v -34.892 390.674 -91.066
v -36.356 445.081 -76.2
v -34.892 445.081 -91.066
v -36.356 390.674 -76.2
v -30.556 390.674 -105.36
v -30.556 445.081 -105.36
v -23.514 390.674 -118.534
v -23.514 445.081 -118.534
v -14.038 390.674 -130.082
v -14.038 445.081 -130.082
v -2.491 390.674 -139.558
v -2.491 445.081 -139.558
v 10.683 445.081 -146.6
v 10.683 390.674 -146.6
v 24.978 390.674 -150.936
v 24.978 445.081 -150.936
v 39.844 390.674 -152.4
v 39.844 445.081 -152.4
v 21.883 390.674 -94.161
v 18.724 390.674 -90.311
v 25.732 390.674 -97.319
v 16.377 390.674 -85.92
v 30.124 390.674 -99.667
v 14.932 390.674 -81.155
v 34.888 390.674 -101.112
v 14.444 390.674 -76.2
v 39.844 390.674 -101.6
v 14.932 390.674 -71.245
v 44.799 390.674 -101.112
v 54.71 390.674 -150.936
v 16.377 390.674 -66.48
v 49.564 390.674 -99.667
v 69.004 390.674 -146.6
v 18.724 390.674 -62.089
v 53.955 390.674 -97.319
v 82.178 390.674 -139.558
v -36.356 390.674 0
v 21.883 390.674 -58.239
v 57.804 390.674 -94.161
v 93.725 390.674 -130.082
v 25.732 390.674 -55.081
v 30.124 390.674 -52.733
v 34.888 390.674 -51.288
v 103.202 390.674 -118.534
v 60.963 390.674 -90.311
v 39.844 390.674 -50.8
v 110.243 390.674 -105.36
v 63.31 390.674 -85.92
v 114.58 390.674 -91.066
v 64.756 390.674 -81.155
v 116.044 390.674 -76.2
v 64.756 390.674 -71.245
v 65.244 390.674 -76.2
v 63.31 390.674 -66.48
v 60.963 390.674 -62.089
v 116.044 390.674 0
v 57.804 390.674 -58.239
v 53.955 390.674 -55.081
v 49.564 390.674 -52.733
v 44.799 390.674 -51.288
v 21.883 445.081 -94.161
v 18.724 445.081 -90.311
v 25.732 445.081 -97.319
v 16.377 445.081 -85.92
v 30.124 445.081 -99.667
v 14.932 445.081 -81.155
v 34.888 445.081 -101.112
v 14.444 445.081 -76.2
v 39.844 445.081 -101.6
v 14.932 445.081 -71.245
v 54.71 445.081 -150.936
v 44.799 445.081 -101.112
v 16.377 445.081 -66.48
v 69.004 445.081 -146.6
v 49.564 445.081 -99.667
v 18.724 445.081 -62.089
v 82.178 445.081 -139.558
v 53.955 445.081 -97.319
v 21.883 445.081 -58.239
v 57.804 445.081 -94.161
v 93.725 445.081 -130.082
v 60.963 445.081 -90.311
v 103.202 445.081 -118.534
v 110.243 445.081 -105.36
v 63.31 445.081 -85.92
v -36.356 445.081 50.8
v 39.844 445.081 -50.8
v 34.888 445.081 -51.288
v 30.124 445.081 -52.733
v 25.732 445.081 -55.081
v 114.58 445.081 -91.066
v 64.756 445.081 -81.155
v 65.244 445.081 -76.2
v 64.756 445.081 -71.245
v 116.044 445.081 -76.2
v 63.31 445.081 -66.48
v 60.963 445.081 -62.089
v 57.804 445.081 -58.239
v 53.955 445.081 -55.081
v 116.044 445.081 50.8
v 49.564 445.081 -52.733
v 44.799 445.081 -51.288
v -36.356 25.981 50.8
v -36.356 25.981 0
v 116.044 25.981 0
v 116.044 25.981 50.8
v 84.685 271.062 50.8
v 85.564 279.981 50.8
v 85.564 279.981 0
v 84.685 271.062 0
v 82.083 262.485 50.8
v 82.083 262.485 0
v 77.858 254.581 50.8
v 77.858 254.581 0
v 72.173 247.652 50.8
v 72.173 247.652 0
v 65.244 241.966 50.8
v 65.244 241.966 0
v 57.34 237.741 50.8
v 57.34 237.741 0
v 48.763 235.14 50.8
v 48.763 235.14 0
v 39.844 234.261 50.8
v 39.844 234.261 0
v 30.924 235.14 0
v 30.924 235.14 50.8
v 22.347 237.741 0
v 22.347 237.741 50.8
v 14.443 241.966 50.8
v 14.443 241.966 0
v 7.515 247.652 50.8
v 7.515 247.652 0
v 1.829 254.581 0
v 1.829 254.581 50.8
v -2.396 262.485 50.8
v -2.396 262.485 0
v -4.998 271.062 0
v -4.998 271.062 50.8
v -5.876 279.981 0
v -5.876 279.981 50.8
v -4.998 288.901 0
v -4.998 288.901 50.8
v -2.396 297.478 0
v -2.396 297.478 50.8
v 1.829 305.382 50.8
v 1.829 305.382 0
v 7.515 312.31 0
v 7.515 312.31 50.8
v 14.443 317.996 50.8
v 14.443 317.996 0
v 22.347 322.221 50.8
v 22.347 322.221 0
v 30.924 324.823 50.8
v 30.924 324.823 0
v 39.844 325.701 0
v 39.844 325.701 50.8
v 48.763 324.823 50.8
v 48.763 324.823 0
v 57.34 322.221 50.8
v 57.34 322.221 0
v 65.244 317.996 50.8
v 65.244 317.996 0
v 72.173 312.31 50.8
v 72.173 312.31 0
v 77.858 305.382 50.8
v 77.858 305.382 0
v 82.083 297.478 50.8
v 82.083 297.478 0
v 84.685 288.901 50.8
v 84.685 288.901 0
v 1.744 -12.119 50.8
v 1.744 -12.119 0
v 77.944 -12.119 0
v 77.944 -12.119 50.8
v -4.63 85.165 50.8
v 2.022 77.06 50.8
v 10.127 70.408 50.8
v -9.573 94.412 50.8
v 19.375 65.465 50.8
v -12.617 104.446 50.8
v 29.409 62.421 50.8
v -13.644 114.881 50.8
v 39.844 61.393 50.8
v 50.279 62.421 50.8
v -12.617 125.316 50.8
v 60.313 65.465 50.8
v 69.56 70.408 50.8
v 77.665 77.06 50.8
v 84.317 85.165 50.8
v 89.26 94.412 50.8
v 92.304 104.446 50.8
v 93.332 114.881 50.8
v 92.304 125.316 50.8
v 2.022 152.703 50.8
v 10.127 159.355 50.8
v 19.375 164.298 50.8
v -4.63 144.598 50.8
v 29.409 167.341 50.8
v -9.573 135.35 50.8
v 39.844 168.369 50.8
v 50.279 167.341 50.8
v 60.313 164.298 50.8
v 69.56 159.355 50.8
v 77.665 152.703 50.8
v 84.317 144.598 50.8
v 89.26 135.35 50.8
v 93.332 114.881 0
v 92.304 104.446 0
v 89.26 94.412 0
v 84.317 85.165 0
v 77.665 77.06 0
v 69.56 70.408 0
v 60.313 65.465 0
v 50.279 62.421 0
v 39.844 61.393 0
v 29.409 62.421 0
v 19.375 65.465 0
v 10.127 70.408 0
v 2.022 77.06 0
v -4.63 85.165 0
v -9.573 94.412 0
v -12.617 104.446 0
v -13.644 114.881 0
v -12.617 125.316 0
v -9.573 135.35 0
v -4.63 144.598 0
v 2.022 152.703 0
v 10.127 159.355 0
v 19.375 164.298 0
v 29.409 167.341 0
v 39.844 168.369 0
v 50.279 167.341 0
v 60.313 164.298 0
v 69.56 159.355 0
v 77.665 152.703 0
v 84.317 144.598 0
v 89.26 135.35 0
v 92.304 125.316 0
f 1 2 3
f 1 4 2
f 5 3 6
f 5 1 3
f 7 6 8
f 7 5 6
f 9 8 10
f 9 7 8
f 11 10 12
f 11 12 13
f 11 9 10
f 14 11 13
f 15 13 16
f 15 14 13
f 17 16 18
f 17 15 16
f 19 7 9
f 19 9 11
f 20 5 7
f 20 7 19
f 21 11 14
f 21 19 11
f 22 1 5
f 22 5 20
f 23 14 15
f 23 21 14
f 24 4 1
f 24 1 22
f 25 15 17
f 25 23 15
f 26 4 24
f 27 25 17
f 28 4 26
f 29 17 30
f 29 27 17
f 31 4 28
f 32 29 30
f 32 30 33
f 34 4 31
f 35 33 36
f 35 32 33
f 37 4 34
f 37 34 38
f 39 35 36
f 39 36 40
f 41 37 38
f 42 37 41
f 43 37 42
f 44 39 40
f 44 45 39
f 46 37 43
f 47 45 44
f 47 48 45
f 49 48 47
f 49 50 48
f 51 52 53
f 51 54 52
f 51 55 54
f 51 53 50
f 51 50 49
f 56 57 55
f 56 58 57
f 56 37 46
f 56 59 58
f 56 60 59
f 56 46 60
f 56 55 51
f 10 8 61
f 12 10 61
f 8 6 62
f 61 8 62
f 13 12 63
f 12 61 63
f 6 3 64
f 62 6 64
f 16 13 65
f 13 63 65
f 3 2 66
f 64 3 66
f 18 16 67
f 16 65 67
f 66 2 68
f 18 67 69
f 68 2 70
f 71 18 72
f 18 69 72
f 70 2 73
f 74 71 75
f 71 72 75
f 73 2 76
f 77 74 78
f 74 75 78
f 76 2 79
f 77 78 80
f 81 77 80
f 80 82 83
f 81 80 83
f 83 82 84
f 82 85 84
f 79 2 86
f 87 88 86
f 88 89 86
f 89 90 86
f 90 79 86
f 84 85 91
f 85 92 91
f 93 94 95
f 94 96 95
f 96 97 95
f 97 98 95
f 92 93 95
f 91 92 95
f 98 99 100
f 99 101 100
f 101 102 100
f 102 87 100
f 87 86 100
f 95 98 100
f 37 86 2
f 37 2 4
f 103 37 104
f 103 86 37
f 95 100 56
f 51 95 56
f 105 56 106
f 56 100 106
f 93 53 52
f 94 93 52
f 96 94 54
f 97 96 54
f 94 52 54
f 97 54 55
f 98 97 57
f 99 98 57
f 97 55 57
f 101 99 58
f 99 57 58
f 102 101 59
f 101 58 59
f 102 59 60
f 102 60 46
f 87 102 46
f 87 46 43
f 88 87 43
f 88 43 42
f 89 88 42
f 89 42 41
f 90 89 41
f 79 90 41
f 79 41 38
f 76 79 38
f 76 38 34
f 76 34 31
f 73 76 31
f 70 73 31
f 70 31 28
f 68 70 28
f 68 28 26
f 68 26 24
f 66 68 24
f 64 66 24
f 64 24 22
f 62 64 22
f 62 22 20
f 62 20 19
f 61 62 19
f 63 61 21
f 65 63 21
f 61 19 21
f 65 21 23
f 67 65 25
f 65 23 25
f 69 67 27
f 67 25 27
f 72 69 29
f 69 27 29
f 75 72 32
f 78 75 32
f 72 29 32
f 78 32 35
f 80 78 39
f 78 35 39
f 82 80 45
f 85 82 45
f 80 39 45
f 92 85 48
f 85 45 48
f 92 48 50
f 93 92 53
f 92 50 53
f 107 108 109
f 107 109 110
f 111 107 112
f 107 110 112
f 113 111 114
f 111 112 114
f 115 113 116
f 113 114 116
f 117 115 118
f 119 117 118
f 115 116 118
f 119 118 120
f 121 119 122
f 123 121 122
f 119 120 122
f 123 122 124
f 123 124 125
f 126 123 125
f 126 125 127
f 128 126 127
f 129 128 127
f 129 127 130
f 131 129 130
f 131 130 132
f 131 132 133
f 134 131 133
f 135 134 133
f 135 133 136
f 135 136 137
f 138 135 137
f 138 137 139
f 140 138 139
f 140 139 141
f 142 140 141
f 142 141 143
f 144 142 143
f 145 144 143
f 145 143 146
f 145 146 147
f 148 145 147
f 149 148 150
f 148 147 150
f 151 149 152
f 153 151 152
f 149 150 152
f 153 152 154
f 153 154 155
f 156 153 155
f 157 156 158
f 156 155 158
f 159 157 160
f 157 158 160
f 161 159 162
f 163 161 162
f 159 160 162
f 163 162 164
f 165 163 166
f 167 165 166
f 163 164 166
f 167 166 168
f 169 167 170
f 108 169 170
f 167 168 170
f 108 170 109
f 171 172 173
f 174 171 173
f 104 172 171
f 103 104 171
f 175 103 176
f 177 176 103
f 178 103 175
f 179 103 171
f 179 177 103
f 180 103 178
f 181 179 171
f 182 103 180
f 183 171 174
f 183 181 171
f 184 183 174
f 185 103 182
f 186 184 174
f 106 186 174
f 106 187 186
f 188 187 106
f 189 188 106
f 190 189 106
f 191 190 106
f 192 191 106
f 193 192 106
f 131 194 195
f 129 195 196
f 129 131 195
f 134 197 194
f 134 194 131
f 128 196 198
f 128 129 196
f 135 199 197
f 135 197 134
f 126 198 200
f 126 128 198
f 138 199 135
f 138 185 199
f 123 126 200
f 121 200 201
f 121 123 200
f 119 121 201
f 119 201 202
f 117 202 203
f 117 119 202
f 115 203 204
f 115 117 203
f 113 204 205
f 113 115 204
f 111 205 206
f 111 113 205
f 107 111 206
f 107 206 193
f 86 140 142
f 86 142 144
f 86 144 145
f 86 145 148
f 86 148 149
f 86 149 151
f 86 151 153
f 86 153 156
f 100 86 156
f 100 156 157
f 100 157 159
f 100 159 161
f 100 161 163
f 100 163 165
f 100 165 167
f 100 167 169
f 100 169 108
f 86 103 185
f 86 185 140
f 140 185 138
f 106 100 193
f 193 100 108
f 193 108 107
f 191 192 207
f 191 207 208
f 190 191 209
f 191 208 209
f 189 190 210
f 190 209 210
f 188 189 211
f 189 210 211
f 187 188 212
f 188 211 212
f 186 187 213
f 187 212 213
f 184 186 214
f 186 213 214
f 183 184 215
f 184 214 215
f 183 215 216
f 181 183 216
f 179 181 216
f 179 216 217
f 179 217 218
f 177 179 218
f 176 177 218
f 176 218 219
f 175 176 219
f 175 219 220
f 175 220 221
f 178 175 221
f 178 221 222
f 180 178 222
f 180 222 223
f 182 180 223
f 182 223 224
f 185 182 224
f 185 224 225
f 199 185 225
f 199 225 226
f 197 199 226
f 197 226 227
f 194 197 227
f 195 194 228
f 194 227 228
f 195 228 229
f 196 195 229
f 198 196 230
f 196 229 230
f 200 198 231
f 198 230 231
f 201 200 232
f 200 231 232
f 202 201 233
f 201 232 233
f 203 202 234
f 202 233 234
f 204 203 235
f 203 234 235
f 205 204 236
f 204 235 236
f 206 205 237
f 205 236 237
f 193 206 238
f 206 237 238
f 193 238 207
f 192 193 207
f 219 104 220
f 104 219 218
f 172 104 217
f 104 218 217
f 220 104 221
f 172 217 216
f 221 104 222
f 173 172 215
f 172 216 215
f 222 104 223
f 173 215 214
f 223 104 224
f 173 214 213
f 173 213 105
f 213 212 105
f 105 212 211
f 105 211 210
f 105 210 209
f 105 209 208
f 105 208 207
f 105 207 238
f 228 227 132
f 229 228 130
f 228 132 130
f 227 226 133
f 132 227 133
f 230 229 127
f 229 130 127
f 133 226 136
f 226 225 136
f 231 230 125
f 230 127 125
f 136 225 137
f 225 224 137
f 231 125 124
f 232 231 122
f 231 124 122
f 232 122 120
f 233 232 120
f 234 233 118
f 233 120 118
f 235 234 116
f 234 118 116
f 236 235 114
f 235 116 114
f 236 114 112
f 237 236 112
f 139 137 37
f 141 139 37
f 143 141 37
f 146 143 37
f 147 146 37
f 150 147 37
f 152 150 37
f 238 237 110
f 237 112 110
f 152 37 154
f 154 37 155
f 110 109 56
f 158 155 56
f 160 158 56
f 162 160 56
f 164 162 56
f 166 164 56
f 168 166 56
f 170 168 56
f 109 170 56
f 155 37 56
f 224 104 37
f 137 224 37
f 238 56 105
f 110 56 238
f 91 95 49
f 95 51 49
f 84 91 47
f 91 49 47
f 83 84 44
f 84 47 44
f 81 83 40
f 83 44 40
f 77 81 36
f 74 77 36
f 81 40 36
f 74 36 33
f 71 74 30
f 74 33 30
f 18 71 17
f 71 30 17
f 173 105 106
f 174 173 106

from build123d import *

# Parameters (mm, degrees)
F0_W     = 152.4
F0_H     = 457.2
F1_DEPTH = 50.8
F2_W     = 152.4
F2_H     = 54.4068123519
F3_DEPTH = 152.4
F4_R     = 76.19999
F5_R     = 45.72
F5_R_2   = 53.4879372825
F6_DEPTH = 50.801
F7_R     = 25.4
F8_DEPTH = 54.4078123519
F9_SIZE  = 38.1


# Not quite as in the source:
# - a fillet or chamfer is up to 0.001 mm smaller than in the source, because OpenCascade refuses the exact size


with BuildPart() as f1:
    # F0 (on Top) → F1 (new body)
    with BuildSketch(Plane.XY):
        with Locations((39.8436626315, 216.4812246025)):
            Rectangle(F0_W, F0_H)
    extrude(amount=F1_DEPTH)

    # F2 (on face) → F3 (join)
    with BuildSketch(Plane(origin=(0, 0, 0), x_dir=(1, 0, 0), z_dir=(0, 0, -1))):
        with Locations((39.8436626315, -417.8778184265)):
            Rectangle(F2_W, F2_H)
    extrude(amount=F3_DEPTH)

    # F4 (radius 76.2 in the source; OpenCascade refuses exactly that, so slightly less here)
    f4_edges = [f1.edges().sort_by_distance(p)[0] for p in [
        (116.043663, 417.877818, -152.4),
        (-36.356337, 417.877818, -152.4),
    ]]
    fillet(f4_edges, radius=F4_R)

    # F5 (on face) → F6 (cut, through all)
    with BuildSketch(Plane(origin=(0, 0, 0), x_dir=(1, 0, 0), z_dir=(0, 0, -1))):
        with Locations((39.8436626315, -279.9812246025)):
            Circle(F5_R)
        with Locations((39.8436626315, -114.8812246025)):
            Circle(F5_R_2)
    extrude(amount=-F6_DEPTH, mode=Mode.SUBTRACT)

    # F7 (on face) → F8 (cut, through all)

Try it: Word for word, repeat the data from its first line through the line with "v 14.932 390.674 -81.155", including both of those lines and no others.

Completed task:
v -34.892 390.674 -91.066
v -36.356 445.081 -76.2
v -34.892 445.081 -91.066
v -36.356 390.674 -76.2
v -30.556 390.674 -105.36
v -30.556 445.081 -105.36
v -23.514 390.674 -118.534
v -23.514 445.081 -118.534
v -14.038 390.674 -130.082
v -14.038 445.081 -130.082
v -2.491 390.674 -139.558
v -2.491 445.081 -139.558
v 10.683 445.081 -146.6
v 10.683 390.674 -146.6
v 24.978 390.674 -150.936
v 24.978 445.081 -150.936
v 39.844 390.674 -152.4
v 39.844 445.081 -152.4
v 21.883 390.674 -94.161
v 18.724 390.674 -90.311
v 25.732 390.674 -97.319
v 16.377 390.674 -85.92
v 30.124 390.674 -99.667
v 14.932 390.674 -81.155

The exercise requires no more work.